By contrast, PRC projects in the Blue Pacific include unfinished multistory buildings deteriorating in Fiji and PNG, and a convention center in Vanuatu that officials said is too expensive to maintain, the Lowy Institute, an Australian think tank, reported in January 2023. The report noted that Tonga also struggled to repay PRC-backed loans. “These outcomes have reduced the appetite for new Chinese infrastructure lending in the Pacific,” the institute said.
Among the Blue Pacific nations pushing back against Beijing’s financing schemes is Samoa. In 1962, it became the first Pacific island nation to gain political independence.
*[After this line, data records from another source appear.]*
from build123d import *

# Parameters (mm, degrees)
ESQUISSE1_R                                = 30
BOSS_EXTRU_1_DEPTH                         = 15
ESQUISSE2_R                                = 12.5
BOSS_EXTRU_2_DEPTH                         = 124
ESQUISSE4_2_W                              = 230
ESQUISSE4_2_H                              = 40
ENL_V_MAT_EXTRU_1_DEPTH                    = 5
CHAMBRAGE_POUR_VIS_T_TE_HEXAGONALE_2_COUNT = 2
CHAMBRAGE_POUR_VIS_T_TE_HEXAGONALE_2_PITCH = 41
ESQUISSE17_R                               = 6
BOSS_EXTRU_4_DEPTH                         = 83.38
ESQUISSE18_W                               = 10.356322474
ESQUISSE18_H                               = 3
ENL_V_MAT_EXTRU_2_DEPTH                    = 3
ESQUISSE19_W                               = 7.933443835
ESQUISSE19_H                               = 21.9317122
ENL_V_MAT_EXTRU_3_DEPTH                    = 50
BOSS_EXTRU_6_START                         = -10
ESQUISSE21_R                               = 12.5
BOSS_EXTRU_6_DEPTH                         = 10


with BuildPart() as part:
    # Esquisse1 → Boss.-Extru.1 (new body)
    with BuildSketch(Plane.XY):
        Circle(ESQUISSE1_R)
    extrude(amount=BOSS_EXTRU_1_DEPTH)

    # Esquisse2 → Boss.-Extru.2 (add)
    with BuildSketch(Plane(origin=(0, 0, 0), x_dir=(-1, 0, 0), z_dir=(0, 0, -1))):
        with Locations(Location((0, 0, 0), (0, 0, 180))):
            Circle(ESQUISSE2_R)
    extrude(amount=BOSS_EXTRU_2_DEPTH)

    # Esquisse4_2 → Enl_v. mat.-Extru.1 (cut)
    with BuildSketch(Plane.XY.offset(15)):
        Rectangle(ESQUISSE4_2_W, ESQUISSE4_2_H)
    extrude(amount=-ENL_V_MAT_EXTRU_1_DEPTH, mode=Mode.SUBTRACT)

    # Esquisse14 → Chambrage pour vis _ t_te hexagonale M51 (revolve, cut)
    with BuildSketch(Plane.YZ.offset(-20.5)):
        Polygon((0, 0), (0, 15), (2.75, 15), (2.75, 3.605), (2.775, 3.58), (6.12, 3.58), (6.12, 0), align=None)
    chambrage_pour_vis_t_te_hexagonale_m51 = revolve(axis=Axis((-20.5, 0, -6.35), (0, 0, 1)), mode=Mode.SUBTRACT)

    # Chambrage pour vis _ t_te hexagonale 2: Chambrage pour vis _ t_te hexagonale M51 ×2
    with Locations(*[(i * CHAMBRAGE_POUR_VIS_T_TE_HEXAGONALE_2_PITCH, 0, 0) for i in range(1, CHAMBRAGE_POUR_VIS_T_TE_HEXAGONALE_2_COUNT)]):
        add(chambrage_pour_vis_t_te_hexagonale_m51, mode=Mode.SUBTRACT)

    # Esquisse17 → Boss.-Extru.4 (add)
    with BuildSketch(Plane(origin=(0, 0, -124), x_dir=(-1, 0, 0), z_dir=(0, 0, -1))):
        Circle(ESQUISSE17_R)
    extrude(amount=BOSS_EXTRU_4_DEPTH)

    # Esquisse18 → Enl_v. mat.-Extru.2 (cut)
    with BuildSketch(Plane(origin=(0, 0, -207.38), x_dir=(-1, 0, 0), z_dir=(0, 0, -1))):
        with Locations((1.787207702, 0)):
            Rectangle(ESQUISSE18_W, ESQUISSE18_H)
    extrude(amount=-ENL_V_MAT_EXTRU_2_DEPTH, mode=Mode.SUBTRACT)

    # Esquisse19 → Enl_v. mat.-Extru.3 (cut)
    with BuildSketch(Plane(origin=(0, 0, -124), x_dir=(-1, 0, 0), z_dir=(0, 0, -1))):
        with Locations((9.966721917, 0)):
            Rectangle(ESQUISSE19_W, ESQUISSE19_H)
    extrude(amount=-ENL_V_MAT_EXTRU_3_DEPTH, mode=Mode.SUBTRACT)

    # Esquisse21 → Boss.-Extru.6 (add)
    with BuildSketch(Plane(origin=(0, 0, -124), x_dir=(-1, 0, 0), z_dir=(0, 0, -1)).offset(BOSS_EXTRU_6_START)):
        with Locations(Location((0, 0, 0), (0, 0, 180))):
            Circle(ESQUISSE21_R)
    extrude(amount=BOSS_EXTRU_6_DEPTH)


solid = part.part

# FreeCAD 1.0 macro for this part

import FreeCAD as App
import Part
import Sketcher
Q = App.Units.Quantity

doc = App.newDocument("Part")
body = doc.addObject("PartDesign::Body", "Body")

sketch1 = body.newObject("Sketcher::SketchObject", "Sketch")
sketch1.AttachmentSupport = (doc.getObject("XY_Plane"), [""])
sketch1.MapMode = "FlatFace"
sketch1.addGeometry(Part.Circle(App.Vector(0, 0, 0), App.Vector(0, 0, 1), 30), False)
sketch1.addConstraint([
    Sketcher.Constraint("Coincident", 0, 3, -1, 1),
    Sketcher.Constraint("Diameter", 0, Q("60 mm")),
])
pad1 = body.newObject("PartDesign::Pad", "Pad")
pad1.Profile = sketch1
pad1.Length = 15

sketch2 = body.newObject("Sketcher::SketchObject", "Sketch001")
sketch2.AttachmentSupport = (doc.getObject("XY_Plane"), [""])
sketch2.MapMode = "FlatFace"
sketch2.addGeometry(Part.Circle(App.Vector(0, 0, 0), App.Vector(0, 0, 1), 12), False)
sketch2.addConstraint([
    Sketcher.Constraint("Coincident", 0, 3, -1, 1),
    Sketcher.Constraint("Diameter", 0, Q("25 mm")),
])
pad2 = body.newObject("PartDesign::Pad", "Pad001")
pad2.Profile = sketch2
pad2.Length = 124
pad2.Reversed = True

sketch3 = body.newObject("Sketcher::SketchObject", "Sketch002")
sketch3.AttachmentSupport = (doc.getObject("XY_Plane"), [""])
sketch3.MapMode = "FlatFace"
sketch3.AttachmentOffset = App.Placement(App.Vector(0, 0, 15), App.Rotation())
sketch3.addGeometry([
    Part.LineSegment(App.Vector(-115, 20, 0), App.Vector(-115, -20, 0)),
    Part.LineSegment(App.Vector(-115, -20, 0), App.Vector(115, -20, 0)),
    Part.LineSegment(App.Vector(115, -20, 0), App.Vector(115, 20, 0)),
    Part.LineSegment(App.Vector(115, 20, 0), App.Vector(-115, 20, 0)),
], False)
sketch3.addConstraint([
    Sketcher.Constraint("Coincident", 0, 2, 1, 1),
    Sketcher.Constraint("Coincident", 1, 2, 2, 1),
    Sketcher.Constraint("Coincident", 2, 2, 3, 1),
    Sketcher.Constraint("Coincident", 3, 2, 0, 1),
    Sketcher.Constraint("Vertical", 0),
    Sketcher.Constraint("Horizontal", 1),
    Sketcher.Constraint("Vertical", 2),
    Sketcher.Constraint("Horizontal", 3),
    Sketcher.Constraint("Symmetric", 0, 2, 2, 2, -1, 1),
    Sketcher.Constraint("DistanceX", 1, 1, 1, 2, Q("230 mm")),
    Sketcher.Constraint("DistanceY", 0, 2, 0, 1, Q("40 mm")),
])
pocket1 = body.newObject("PartDesign::Pocket", "Pocket")
pocket1.Profile = sketch3
pocket1.Length = 5

sketch4 = body.newObject("Sketcher::SketchObject", "Sketch003")
sketch4.AttachmentSupport = (doc.getObject("YZ_Plane"), [""])
sketch4.MapMode = "FlatFace"
sketch4.AttachmentOffset = App.Placement(App.Vector(0, 0, -20.5), App.Rotation())
sketch4.addGeometry([
    Part.LineSegment(App.Vector(0, 15, 0), App.Vector(0, 0, 0)),
    Part.LineSegment(App.Vector(0, 0, 0), App.Vector(6.12, 0, 0)),
    Part.LineSegment(App.Vector(6.12, 0, 0), App.Vector(6.12, 3.58, 0)),
    Part.LineSegment(App.Vector(6.12, 3.58, 0), App.Vector(2.775, 3.58, 0)),
    Part.LineSegment(App.Vector(2.775, 3.58, 0), App.Vector(2.75, 3.605, 0)),
    Part.LineSegment(App.Vector(2.75, 3.605, 0), App.Vector(2.75, 15, 0)),
    Part.LineSegment(App.Vector(2.75, 15, 0), App.Vector(0, 15, 0)),
], False)
sketch4.addConstraint([
    Sketcher.Constraint("Coincident", 0, 2, 1, 1),
    Sketcher.Constraint("Coincident", 1, 2, 2, 1),
    Sketcher.Constraint("Coincident", 2, 2, 3, 1),
    Sketcher.Constraint("Coincident", 3, 2, 4, 1),
    Sketcher.Constraint("Coincident", 4, 2, 5, 1),
    Sketcher.Constraint("Coincident", 5, 2, 6, 1),
    Sketcher.Constraint("Coincident", 6, 2, 0, 1),
    Sketcher.Constraint("Vertical", 0),
    Sketcher.Constraint("Horizontal", 1),
    Sketcher.Constraint("Vertical", 2),
    Sketcher.Constraint("Horizontal", 3),
    Sketcher.Constraint("Vertical", 5),
    Sketcher.Constraint("Horizontal", 6),
    Sketcher.Constraint("Coincident", 0, 2, -1, 1),
    Sketcher.Constraint("DistanceY", 0, 2, 0, 1, Q("15 mm")),
    Sketcher.Constraint("Angle", 4, Q("135 deg")),
    Sketcher.Constraint("DistanceX", 1, 1, 1, 2, Q("6.12 mm")),
    Sketcher.Constraint("DistanceX", 6, 2, 6, 1, Q("2.75 mm")),
    Sketcher.Constraint("DistanceY", 2, 1, 2, 2, Q("3.58 mm")),
    Sketcher.Constraint("DistanceX", 3, 2, 3, 1, Q("3.345 mm")),
])
groove = body.newObject("PartDesign::Groove", "Groove")
groove.Profile = sketch4
groove.ReferenceAxis = (sketch4, ["V_Axis"])
groove.Angle = 360
doc.recompute()

linearpattern = body.newObject("PartDesign::LinearPattern", "LinearPattern")
linearpattern.Originals = [groove]
linearpattern.Direction = (doc.getObject("X_Axis"), [""])
linearpattern.Mode = "offset"
linearpattern.Offset = 41
linearpattern.Occurrences = 2
body.Tip = linearpattern

sketch5 = body.newObject("Sketcher::SketchObject", "Sketch004")
sketch5.AttachmentSupport = (doc.getObject("XY_Plane"), [""])
sketch5.MapMode = "FlatFace"
sketch5.AttachmentOffset = App.Placement(App.Vector(0, 0, -124), App.Rotation())
sketch5.addGeometry(Part.Circle(App.Vector(0, 0, 0), App.Vector(0, 0, 1), 6), False)
sketch5.addConstraint([
    Sketcher.Constraint("Coincident", 0, 3, -1, 1),
    Sketcher.Constraint("Diameter", 0, Q("12 mm")),
])
pad3 = body.newObject("PartDesign::Pad", "Pad002")
pad3.Profile = sketch5
pad3.Length = 83.38
pad3.Reversed = True

sketch6 = body.newObject("Sketcher::SketchObject", "Sketch005")
sketch6.AttachmentSupport = (doc.getObject("XY_Plane"), [""])
sketch6.MapMode = "FlatFace"
sketch6.AttachmentOffset = App.Placement(App.Vector(0, 0, -207.38), App.Rotation())
sketch6.addGeometry([
    Part.LineSegment(App.Vector(3.4, 1.5, 0), App.Vector(3.4, -1.5, 0)),
    Part.LineSegment(App.Vector(3.4, -1.5, 0), App.Vector(-7, -1.5, 0)),
    Part.LineSegment(App.Vector(-7, -1.5, 0), App.Vector(-7, 1.5, 0)),
    Part.LineSegment(App.Vector(-7, 1.5, 0), App.Vector(3.4, 1.5, 0)),
], False)
sketch6.addConstraint([
    Sketcher.Constraint("Coincident", 0, 2, 1, 1),
    Sketcher.Constraint("Coincident", 1, 2, 2, 1),
    Sketcher.Constraint("Coincident", 2, 2, 3, 1),
    Sketcher.Constraint("Coincident", 3, 2, 0, 1),
    Sketcher.Constraint("Vertical", 0),
    Sketcher.Constraint("Horizontal", 1),
    Sketcher.Constraint("Vertical", 2),
    Sketcher.Constraint("Horizontal", 3),
    Sketcher.Constraint("DistanceY", 0, 2, 0, 1, Q("3 mm")),
    Sketcher.Constraint("DistanceY", 0, 2, -1, 1, Q("1.5 mm")),
    Sketcher.Constraint("DistanceX", 1, 2, 1, 1, Q("10.356322 mm")),
    Sketcher.Constraint("DistanceX", 1, 2, -1, 1, Q("6.965369 mm")),
])
pocket2 = body.newObject("PartDesign::Pocket", "Pocket001")
pocket2.Profile = sketch6
pocket2.Length = 3
pocket2.Reversed = True

sketch7 = body.newObject("Sketcher::SketchObject", "Sketch006")
sketch7.AttachmentSupport = (doc.getObject("XY_Plane"), [""])
sketch7.MapMode = "FlatFace"
sketch7.AttachmentOffset = App.Placement(App.Vector(0, 0, -124), App.Rotation())
sketch7.addGeometry([
    Part.LineSegment(App.Vector(-6, 11, 0), App.Vector(-6, -11, 0)),
    Part.LineSegment(App.Vector(-6, -11, 0), App.Vector(-14, -11, 0)),
    Part.LineSegment(App.Vector(-14, -11, 0), App.Vector(-14, 11, 0)),
    Part.LineSegment(App.Vector(-14, 11, 0), App.Vector(-6, 11, 0)),
], False)
sketch7.addConstraint([
    Sketcher.Constraint("Coincident", 0, 2, 1, 1),
    Sketcher.Constraint("Coincident", 1, 2, 2, 1),
    Sketcher.Constraint("Coincident", 2, 2, 3, 1),
    Sketcher.Constraint("Coincident", 3, 2, 0, 1),
    Sketcher.Constraint("Vertical", 0),
    Sketcher.Constraint("Horizontal", 1),
    Sketcher.Constraint("Vertical", 2),
    Sketcher.Constraint("Horizontal", 3),
    Sketcher.Constraint("DistanceX", 0, 2, -1, 1, Q("6 mm")),
    Sketcher.Constraint("DistanceX", 1, 2, 1, 1, Q("7.933444 mm")),
    Sketcher.Constraint("DistanceY", 0, 2, 0, 1, Q("21.931712 mm")),
    Sketcher.Constraint("DistanceY", 0, 2, -1, 1, Q("10.965856 mm")),
])
pocket3 = body.newObject("PartDesign::Pocket", "Pocket002")
pocket3.Profile = sketch7
pocket3.Length = 50
pocket3.Reversed = True

sketch8 = body.newObject("Sketcher::SketchObject", "Sketch007")
sketch8.AttachmentSupport = (doc.getObject("XY_Plane"), [""])
sketch8.MapMode = "FlatFace"
sketch8.AttachmentOffset = App.Placement(App.Vector(0, 0, -114), App.Rotation())
sketch8.addGeometry(Part.Circle(App.Vector(0, 0, 0), App.Vector(0, 0, 1), 12), False)
sketch8.addConstraint([
    Sketcher.Constraint("Coincident", 0, 3, -1, 1),
    Sketcher.Constraint("Diameter", 0, Q("25 mm")),
])
pad4 = body.newObject("PartDesign::Pad", "Pad003")
pad4.Profile = sketch8
pad4.Length = 10
pad4.Reversed = True

doc.recompute()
It formally changed its name in 1997 from Western Samoa.
In 2021, newly elected Prime Minister Fiame Naomi Mata’afa canceled a $128 million Chinese-backed port development project, calling it excessive for a small nation that was already heavily indebted to the PRC.
“It’s very difficult to imagine that we would need the scale that’s being proposed under this particular project,” she told Reuters, “when there are more pressing projects that the government needs to give priority to.”
Blue Pacific nations will see opportunities for future growth via bilateral engagements with the U.S. and other partners that will allow the countries to balance their interests and protect their sovereignty. The 10th Pacific Islands Leaders meetings among Japan and the PIF nations in July 2024, for instance, brought an agreement for future consideration of investments and trade links, and new accords for greater cooperation on regional security.